I am wondering if the issue here is the createTuple2TypeInformation
implicit is creating an anonymous class
<https://github.com/apache/flink/blob/8674b69964eae50cad024f2c5caf92a71bf21a09/flink-scala/src/main/scala/org/apache/flink/api/scala/package.scala#L97-L110>
which
results in a non-stable class name if the code is refactored, leading to
the class no longer being found by that name in a new version of the job.

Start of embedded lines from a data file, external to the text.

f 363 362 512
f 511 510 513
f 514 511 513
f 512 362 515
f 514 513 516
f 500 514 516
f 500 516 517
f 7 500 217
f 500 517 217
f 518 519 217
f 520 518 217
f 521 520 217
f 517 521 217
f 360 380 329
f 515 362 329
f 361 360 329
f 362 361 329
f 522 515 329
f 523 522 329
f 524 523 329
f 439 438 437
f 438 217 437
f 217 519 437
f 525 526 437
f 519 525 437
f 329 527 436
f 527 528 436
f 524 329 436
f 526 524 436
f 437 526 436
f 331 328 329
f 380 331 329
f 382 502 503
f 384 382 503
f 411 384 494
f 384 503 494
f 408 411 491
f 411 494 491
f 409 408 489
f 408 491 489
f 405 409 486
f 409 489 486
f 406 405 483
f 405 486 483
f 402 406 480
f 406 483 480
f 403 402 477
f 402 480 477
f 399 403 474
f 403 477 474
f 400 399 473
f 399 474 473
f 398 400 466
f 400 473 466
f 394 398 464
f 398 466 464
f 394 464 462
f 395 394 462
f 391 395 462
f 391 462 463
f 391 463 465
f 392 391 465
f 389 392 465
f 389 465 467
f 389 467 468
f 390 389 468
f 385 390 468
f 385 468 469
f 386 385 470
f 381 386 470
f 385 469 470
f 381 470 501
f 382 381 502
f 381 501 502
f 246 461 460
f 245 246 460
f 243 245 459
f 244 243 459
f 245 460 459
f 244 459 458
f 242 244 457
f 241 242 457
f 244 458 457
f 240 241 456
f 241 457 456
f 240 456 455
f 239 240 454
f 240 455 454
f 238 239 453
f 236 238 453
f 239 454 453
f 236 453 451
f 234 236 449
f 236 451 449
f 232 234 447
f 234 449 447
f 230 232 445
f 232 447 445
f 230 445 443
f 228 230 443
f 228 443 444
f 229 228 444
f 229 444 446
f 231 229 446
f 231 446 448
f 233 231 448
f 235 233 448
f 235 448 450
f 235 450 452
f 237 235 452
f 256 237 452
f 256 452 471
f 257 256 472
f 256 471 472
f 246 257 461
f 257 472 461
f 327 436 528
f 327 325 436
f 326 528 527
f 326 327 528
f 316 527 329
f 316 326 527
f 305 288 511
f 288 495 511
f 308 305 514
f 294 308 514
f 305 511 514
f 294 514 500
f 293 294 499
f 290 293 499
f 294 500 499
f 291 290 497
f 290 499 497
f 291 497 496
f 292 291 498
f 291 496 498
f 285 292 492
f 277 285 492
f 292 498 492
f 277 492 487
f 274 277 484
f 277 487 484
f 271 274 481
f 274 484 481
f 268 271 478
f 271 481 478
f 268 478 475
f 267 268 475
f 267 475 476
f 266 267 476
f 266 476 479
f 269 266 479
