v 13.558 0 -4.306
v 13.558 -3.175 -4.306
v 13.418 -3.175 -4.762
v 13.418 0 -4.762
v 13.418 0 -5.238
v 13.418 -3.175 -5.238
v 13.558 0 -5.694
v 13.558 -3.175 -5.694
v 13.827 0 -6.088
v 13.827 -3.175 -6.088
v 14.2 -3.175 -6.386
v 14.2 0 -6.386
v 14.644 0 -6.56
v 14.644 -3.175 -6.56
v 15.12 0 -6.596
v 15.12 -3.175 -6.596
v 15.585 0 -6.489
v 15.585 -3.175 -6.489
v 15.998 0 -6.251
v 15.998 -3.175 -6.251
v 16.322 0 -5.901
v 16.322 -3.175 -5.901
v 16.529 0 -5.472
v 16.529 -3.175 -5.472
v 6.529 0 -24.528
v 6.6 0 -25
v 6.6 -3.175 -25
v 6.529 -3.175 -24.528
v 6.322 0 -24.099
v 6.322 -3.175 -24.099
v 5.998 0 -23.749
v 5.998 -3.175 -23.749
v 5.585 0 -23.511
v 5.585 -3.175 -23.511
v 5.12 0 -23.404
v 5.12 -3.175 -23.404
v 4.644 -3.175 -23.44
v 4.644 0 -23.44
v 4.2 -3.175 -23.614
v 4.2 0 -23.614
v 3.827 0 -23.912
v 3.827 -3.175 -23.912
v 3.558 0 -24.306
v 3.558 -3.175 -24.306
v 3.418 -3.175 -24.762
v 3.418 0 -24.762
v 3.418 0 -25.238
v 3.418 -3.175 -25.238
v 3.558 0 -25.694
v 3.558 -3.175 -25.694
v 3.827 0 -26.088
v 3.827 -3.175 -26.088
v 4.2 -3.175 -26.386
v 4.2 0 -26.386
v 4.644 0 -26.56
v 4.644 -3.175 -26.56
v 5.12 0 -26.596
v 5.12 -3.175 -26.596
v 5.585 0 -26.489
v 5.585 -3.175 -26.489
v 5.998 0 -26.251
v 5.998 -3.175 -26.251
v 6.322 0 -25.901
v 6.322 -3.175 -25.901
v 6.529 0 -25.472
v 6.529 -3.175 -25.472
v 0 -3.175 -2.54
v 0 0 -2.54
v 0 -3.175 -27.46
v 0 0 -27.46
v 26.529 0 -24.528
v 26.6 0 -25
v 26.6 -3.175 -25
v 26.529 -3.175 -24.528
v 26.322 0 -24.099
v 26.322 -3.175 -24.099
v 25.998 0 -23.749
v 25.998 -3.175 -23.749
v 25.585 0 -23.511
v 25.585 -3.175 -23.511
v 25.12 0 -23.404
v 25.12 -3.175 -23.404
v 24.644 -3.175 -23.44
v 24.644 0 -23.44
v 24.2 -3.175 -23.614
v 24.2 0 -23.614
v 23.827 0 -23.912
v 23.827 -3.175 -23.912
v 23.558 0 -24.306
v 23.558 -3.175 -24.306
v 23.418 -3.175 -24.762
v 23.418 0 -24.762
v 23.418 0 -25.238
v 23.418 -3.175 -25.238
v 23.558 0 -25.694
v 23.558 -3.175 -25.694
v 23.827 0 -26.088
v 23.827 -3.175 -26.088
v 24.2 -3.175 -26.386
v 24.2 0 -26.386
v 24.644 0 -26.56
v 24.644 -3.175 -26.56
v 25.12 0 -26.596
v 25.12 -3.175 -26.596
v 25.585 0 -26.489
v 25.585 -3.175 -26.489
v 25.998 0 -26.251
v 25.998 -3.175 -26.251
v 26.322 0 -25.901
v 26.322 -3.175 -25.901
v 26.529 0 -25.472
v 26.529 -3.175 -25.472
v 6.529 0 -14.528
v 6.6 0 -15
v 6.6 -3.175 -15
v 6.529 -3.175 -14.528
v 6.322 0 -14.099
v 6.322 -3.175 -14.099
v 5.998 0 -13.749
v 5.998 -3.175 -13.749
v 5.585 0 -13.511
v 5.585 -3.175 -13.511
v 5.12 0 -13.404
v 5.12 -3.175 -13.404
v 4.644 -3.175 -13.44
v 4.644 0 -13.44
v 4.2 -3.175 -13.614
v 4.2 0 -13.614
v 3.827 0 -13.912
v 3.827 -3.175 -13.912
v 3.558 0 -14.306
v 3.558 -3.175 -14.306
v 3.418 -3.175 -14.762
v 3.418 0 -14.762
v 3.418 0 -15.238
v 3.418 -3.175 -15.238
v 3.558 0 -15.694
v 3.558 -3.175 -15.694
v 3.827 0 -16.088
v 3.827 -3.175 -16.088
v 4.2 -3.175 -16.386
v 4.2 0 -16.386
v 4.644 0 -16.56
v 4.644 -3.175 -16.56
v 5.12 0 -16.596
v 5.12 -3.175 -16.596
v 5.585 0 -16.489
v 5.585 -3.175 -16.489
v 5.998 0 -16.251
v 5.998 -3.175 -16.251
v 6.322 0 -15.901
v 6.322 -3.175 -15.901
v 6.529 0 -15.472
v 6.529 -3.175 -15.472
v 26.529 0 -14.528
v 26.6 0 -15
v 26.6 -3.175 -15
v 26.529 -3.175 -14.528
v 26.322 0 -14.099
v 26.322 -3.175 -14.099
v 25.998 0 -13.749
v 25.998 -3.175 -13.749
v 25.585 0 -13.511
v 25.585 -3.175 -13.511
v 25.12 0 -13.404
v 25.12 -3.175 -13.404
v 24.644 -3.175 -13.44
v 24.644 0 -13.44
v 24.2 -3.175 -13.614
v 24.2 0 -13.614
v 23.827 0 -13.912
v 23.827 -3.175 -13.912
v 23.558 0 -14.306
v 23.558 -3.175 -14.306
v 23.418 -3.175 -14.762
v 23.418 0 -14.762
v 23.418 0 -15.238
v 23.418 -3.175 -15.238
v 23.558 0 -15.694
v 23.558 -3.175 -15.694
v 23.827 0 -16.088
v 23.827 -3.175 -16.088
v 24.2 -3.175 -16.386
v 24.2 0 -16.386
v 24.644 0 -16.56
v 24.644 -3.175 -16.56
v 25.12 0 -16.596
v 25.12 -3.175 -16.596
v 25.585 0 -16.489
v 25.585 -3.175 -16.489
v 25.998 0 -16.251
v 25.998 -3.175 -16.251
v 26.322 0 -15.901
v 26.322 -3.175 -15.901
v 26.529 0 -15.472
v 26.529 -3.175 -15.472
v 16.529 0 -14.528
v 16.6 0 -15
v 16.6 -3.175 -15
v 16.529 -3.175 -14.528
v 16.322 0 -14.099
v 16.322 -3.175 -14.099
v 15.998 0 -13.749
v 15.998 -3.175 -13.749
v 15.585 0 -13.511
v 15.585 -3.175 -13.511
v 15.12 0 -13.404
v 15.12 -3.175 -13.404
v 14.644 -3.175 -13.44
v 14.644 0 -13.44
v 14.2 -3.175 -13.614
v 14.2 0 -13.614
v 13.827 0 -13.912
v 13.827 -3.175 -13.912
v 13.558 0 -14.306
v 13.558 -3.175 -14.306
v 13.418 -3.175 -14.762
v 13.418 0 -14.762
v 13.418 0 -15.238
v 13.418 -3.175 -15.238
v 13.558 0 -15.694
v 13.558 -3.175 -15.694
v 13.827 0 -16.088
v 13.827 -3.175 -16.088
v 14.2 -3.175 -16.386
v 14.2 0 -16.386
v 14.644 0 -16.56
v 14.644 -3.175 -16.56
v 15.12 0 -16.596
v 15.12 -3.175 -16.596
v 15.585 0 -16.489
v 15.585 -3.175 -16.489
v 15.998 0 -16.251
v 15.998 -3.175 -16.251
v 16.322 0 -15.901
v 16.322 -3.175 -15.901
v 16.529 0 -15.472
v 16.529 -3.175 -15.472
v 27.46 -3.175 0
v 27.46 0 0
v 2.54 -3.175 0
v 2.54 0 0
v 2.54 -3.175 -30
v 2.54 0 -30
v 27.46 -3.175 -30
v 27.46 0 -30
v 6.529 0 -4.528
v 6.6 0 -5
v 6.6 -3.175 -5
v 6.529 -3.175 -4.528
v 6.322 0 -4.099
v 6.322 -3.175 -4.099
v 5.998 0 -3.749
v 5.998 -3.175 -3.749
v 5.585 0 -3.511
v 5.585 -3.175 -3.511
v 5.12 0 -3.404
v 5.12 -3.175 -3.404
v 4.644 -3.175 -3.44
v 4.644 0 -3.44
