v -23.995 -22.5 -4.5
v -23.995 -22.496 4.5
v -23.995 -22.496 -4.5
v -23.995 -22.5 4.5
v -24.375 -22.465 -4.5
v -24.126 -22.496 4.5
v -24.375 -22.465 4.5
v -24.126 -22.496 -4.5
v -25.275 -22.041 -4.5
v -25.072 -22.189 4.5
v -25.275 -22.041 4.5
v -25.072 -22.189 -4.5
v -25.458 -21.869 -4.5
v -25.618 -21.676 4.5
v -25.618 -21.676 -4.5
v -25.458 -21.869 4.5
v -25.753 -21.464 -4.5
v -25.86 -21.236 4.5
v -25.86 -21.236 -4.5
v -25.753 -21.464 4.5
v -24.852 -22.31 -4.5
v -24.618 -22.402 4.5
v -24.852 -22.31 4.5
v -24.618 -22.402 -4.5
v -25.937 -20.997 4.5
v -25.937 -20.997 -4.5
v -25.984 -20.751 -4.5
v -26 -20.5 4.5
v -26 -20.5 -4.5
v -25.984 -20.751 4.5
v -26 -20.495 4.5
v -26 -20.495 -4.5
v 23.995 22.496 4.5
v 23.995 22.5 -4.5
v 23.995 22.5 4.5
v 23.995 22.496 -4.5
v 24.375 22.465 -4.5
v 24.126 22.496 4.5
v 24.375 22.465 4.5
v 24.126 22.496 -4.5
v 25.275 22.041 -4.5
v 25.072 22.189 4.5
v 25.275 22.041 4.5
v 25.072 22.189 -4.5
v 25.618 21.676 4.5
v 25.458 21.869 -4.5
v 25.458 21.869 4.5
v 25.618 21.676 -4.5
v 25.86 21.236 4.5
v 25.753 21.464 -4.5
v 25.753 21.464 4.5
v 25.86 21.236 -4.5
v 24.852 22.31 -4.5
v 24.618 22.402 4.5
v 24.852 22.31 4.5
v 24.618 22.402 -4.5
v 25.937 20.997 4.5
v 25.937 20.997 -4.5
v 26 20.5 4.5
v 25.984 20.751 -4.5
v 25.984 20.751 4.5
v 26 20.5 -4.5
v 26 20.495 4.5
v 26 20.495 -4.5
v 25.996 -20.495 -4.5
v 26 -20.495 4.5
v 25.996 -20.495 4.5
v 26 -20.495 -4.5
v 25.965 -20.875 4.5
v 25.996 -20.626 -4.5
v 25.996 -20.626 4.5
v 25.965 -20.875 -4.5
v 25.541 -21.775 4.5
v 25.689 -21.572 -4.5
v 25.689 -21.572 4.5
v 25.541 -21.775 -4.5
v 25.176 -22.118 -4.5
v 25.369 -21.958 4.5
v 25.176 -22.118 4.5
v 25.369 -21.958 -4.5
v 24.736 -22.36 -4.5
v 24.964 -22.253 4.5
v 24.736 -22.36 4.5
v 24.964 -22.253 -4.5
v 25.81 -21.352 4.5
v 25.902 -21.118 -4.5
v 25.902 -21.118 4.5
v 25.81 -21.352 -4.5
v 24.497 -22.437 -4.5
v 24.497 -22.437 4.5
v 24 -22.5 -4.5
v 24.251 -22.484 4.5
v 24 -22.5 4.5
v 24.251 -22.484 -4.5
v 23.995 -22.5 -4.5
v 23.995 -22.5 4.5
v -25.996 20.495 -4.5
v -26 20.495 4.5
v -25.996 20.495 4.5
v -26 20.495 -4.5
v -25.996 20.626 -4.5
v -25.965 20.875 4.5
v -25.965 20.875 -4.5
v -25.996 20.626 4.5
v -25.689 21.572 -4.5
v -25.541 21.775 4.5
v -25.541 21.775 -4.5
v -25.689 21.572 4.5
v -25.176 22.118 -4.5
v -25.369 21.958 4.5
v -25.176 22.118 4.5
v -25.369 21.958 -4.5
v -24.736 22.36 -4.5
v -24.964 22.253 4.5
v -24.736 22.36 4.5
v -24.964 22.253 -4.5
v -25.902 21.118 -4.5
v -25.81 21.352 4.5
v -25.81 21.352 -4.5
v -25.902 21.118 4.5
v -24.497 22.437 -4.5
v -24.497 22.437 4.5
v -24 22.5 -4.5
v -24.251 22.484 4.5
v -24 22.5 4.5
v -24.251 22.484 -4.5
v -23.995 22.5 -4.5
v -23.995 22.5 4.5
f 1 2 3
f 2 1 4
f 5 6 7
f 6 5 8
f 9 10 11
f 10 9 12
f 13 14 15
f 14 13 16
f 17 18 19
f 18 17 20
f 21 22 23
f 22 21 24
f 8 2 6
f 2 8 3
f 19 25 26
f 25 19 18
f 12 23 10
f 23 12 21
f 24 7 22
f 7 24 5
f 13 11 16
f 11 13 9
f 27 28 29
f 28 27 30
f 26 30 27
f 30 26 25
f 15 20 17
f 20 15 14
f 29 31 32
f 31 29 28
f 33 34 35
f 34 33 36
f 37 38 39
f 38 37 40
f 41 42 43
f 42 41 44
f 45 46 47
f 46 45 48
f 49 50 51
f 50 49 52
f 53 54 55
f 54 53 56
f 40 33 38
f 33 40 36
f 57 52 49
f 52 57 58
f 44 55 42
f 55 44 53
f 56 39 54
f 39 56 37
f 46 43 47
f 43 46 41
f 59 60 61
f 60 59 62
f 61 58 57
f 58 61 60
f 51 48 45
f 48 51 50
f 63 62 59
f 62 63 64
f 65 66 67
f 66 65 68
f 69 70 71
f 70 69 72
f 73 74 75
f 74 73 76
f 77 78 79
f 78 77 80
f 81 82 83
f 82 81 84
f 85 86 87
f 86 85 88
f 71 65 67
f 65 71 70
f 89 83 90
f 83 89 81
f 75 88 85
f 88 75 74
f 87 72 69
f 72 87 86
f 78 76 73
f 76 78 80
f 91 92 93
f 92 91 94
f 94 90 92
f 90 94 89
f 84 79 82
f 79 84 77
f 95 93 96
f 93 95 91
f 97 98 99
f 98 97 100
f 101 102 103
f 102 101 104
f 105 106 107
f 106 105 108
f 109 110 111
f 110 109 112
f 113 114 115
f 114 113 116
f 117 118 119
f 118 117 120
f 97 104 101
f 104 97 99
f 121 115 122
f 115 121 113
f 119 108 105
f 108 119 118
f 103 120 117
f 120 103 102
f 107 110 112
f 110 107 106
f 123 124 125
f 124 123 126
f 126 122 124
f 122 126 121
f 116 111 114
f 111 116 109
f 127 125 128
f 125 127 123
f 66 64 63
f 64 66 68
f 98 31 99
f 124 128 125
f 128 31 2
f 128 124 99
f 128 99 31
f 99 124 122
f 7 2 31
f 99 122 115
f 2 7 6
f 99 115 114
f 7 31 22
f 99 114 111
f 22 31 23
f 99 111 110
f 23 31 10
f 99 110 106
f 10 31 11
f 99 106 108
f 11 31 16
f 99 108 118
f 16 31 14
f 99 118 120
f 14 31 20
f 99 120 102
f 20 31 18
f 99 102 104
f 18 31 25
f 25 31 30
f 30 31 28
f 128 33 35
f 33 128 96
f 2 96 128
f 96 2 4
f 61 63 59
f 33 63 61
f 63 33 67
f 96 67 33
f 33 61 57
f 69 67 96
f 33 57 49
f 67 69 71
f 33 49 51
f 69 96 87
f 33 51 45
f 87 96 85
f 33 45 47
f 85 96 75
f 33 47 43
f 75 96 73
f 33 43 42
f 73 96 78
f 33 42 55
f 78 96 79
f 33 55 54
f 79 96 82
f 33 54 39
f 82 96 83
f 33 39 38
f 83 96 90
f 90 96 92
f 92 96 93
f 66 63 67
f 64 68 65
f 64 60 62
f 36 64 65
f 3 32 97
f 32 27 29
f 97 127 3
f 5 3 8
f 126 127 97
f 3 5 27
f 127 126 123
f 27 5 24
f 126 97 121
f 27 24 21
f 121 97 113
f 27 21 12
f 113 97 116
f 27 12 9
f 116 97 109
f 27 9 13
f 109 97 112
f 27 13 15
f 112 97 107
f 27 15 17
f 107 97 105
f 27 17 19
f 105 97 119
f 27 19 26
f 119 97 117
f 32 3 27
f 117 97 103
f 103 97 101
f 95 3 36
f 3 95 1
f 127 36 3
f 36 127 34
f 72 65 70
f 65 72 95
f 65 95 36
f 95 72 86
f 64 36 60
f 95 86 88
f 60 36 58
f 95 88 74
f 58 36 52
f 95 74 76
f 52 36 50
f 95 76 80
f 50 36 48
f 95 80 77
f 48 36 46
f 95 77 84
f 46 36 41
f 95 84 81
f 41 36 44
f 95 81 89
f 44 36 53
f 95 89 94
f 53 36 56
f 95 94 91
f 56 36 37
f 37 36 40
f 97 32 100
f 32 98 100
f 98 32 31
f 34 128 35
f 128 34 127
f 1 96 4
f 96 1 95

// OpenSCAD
roundedCube(52,45,9,2,9.5);

module roundedCube(x, y, z, cornerRadius, filletHeight){
    difference() {
        cube([x, y, z], center=true);
        rotate([0,0,0])translate([(x/-2),(y/-2),0])
        fillet(cornerRadius, filletHeight,10);
        rotate([0,0,180])translate([(x/-2),(y/-2),0])
        fillet(cornerRadius,10);
        rotate([0,0,90])translate([(y/-2),(x/-2),0])
        fillet(cornerRadius,10);
        rotate([0,0,270])translate([(y/-2),(x/-2),0])
        fillet(cornerRadius,10);
    }
}

module fillet(r, h) {
    translate([r / 2, r / 2, 0])
    difference() {
        cube([r + 0.01, r + 0.01, h], center = true);
        translate([r/2, r/2, 0])
        cylinder(r = r, h = h + 1, center = true, $fn=50);
        }
}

On Tue, Oct 2, 2018 at 4:55 PM Elias Levy <fearsome.lucid...@gmail.com>
wrote:

> To add to the mystery, I extracted the class file mentioned in the
> exceptions (TestJob$$anon$13$$anon$3) from the job jar that created the
> savepoint and disassembled it to determine what serializer it is.  The
> serializer actually has nothing to do with the case class that was
> initially modified and then completely removed.  Rather, it was the
> serializer
> org/apache/flink/api/scala/typeutils/CaseClassSerializer<Lscala/Tuple2<Ljava/lang/String;Lme/doubledutch/lazyjson/LazyObject;>;>;
>
> That's the serializer generated by Flink for source 1 data stream type
> (DataStream[ (String, LazyObject) ]), which is consumed by the async
> function.  AFAIK there is no reason for there to be any error with that
> serializer.
>
> Thoughts?
>
>
>
> On Tue, Oct 2, 2018 at 12:41 AM Fabian Hueske <fhue...@gmail.com> wrote:
>
>> Hi Elias,
>>
>> I am not familiar with the recovery code, but Flink might read (some of )
>> the savepoint data even though it is not needed and loaded into operators.

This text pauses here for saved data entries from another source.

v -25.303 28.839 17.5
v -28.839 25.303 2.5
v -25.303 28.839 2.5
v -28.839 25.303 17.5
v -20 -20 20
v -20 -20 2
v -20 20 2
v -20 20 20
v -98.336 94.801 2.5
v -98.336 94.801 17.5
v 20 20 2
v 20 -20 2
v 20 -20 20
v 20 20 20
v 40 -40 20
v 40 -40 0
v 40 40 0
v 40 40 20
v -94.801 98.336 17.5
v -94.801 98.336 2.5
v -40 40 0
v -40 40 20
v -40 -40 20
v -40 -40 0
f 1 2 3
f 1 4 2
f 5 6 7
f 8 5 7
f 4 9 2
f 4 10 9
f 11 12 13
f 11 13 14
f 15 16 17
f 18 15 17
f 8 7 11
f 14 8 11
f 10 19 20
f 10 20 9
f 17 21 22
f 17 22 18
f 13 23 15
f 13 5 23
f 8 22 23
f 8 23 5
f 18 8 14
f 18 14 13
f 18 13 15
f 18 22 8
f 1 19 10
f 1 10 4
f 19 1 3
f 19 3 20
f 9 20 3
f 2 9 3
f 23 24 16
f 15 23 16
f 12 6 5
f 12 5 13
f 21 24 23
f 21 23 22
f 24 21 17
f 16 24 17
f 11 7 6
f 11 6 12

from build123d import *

# Parameters (mm, degrees)
F0_W     = 80
F0_H     = 80
F0_W_2   = 40
F0_H_2   = 40
F1_DEPTH = 20
F2_DEPTH = 2
F5_DEPTH = 7.5


with BuildPart() as f1:
    # F0 (on Top) → F1 (new body)
    with BuildSketch(Plane.XY):
        Rectangle(F0_W, F0_H)
        Rectangle(F0_W_2, F0_H_2, mode=Mode.SUBTRACT)
    extrude(amount=F1_DEPTH)

    # F0 (on Top) → F2 (join)
    with BuildSketch(Plane.XY):
        Rectangle(F0_W_2, F0_H_2)
    extrude(amount=F2_DEPTH)


with BuildPart() as f5:
    # F4 (on mid) → F5 (new body, symmetric)
    with BuildSketch(Plane.XY.offset(10)):
        Polygon((-28.838835, 25.303301), (-25.303301, 28.838835), (-94.800776, 98.336309), (-98.336309, 94.800776), align=None)
    extrude(amount=F5_DEPTH, both=True)


solid = Compound([f1.part, f5.part])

>> That would explain why you see an exception when the case class is
>> modified or completely removed.
>>
>> Maybe Stefan or Gordon can help here.
>>
>> Best, Fabian
>>
>> Am Di., 2. Okt. 2018 um 01:10 Uhr schrieb Elias Levy <
>> fearsome.lucid...@gmail.com>:
>>
>>> Any of the Flink folks seen this before?
>>>
>>> On Fri, Sep 28, 2018 at 5:23 PM Elias Levy <fearsome.lucid...@gmail.com>
>>> wrote:
>>>
>>>> I am experiencing a rather odd error.  We have a job running on a Flink
>>>> 1.4.2 cluster with two Kafka input streams, one of the streams is processed
>>>> by an async function, and the output of the async function and the other
>>>> original stream are consumed by a CoProcessOperator, that intern emits
>>>> Scala case class instances, that go into a stateful ProcessFunction filter,
>>>> and then into a sink.  I.e.
>>>>
>>>> source 1 -> async function --\
>>>>                                                |---> co process -->
>>>> process --> sink
>>>> source 2 --------------------------/
>>>>
>>>> A field was added to output case class and the job would no longer
>>>> start up from a save point.  I assumed this was a result of a serializer
>>>> incompatibility.  I verified this by reversing the addition of the field
>>>> and the job could then restore from the previous savepoint.  So far it
>>>> makes sense.
>>>>
>>>> Then I decided to leave the new field in the case class, but eliminated
>>>> most of the DAG, leaving only the source 1 --> async function portion of
>>>> it.  The case class is emitted by the co process.  So this removed the
>>>> modified case class from the processing graph.  When I try to restore from
>>>> the savepoint, even if Allow Non Restored State is selected, the job fails
>>>> to restore with the error "Deserialization of serializer erroed".
>>>>
>>>> So then I decided to completely eliminate the modified case class.  I
>>>> removed all trace of it from the job, again only leaving the source 1 ->
>>>> async function.  I tried to restore this job, with no traces of the case
>>>> class, and still the job failed with the "Deserialization of serializer
>>>> erroed" even when Allow Non Restored State is selected.
>>>>
>>>> Anyone seen anything like this?
>>>>
>>>> This is the error being generated:
>>>>
>>>> WARN
>>>>  org.apache.flink.api.common.typeutils.TypeSerializerSerializationUtil  -
>>>> Deserialization of serializer errored; replacing with null.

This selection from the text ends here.